Le chiffre me paraît surprenant et exagéré. Notre organisation avait mis sur pied une provision financière. Nous avons contribué à hauteur de 500 francs par membre actif, environ 230.

Distribuer des informations sur la votation à vos patients, était-ce vraiment fair-play?

Nous nous sommes contentés de livrer des éléments factuels qui avaient besoin d’être diffusés. Je n’ai pas l’impression que la profession ait voulu donner une direction politique particulière. Il s’agissait de relever que des systèmes équivalents à l’assurance qui était proposée existent à l’étranger, mais ne résolvent pas tous les problèmes. Il nous semblait important de faire prendre conscience que, grâce à la prophylaxie, nous avons beaucoup avancé, et que ce n’est pas un système d’arrosoir qui permettra de progresser encore.

(24 heures)

Créé: 04.03.2018, 21h38

La prise de conscience d’une réalité dramatique

Commentaire de mathieu Signorell, Politique vaudoise

La campagne, rude, sur les soins dentaires aura eu un mérite: faire prendre conscience à tous les acteurs politiques et médicaux des difficultés parfois dramatiques d’une partie de la population face à la facture du dentiste. Depuis le dépôt de l’initiative en 2014, ses opposants ont clamé qu’une refonte profonde du système n’était pas une priorité, en l’absence de vrai problème.

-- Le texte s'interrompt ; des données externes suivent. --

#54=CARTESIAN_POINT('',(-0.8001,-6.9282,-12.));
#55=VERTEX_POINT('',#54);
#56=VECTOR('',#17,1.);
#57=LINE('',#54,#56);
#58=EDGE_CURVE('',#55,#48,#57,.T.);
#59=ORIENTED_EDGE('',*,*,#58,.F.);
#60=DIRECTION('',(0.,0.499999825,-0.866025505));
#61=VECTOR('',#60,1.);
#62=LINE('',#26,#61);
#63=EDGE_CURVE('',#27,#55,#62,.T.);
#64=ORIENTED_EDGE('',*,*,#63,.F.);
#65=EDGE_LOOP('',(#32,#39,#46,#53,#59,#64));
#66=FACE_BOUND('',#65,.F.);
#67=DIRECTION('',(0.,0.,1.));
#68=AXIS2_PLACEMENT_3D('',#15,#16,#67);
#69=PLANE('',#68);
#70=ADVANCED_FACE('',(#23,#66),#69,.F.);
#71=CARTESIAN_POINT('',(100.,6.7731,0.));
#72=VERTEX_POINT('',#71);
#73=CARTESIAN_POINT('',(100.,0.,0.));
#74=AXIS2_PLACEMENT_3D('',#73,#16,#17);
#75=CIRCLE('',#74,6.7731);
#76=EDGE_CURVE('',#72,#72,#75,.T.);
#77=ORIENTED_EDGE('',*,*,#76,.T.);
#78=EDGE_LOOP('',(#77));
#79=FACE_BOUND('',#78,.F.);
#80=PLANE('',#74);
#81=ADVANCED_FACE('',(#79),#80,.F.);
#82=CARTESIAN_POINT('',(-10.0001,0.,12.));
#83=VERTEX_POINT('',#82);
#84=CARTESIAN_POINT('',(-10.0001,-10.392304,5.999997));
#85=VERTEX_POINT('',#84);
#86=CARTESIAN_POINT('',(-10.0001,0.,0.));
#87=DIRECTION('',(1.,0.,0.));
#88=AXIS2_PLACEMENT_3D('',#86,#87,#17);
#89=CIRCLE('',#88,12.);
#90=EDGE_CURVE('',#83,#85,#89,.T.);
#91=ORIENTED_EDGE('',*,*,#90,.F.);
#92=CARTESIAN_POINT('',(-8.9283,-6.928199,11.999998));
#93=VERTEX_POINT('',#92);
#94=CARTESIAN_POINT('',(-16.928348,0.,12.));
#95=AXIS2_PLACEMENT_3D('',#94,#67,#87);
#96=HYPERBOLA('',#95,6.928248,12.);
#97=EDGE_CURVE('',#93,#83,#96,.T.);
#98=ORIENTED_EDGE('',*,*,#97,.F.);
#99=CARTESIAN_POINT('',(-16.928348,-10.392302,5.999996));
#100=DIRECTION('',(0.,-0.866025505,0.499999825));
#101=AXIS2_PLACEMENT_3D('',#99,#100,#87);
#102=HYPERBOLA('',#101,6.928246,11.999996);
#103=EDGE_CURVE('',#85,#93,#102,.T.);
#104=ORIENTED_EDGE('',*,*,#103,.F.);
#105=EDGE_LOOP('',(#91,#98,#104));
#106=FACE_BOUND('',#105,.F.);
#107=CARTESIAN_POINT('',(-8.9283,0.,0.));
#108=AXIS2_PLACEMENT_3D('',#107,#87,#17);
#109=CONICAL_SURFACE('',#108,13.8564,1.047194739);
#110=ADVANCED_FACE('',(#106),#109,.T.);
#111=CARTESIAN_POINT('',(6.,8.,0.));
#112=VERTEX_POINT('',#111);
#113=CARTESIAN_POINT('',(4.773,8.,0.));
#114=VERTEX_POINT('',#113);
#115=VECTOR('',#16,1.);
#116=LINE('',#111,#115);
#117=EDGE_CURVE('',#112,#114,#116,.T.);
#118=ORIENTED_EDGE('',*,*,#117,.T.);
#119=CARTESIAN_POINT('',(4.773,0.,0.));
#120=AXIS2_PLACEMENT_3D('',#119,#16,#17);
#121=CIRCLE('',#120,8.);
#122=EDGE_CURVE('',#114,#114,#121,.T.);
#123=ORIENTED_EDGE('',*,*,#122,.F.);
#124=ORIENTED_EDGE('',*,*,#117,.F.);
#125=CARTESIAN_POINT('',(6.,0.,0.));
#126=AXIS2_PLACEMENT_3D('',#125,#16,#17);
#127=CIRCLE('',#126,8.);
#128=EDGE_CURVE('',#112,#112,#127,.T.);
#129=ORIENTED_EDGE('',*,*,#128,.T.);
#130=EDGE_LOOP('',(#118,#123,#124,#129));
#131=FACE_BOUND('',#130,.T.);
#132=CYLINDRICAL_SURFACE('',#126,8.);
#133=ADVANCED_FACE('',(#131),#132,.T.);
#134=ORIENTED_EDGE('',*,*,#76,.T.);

Le nombre de témoignages et d’exemples statistiques révélés pendant cette campagne (par les médias et, paradoxalement, par les dentistes eux-mêmes) a obligé les opposants à changer leur discours. Il est désormais évident qu’environ 70 000 Vaudois sont si pauvres que l’État doit payer leurs factures. De plus, entre 3% (selon l’OFS) et 25% (selon les dentistes) des Vaudois ont déjà renoncé aux soins par manque d’argent. Le visuel de campagne des dentistes («Ne changeons pas un système qui fonctionne») s’est donc révélé erroné. Reste à savoir comment cette prise de conscience se transformera en actes politiques.

Les Vaudois, qu’ils aillent ou non chez le dentiste, attendent avec impatience des propositions concrètes et étayées des gagnants du jour, qui n’avaient pas voulu du contreprojet du Conseil d’État.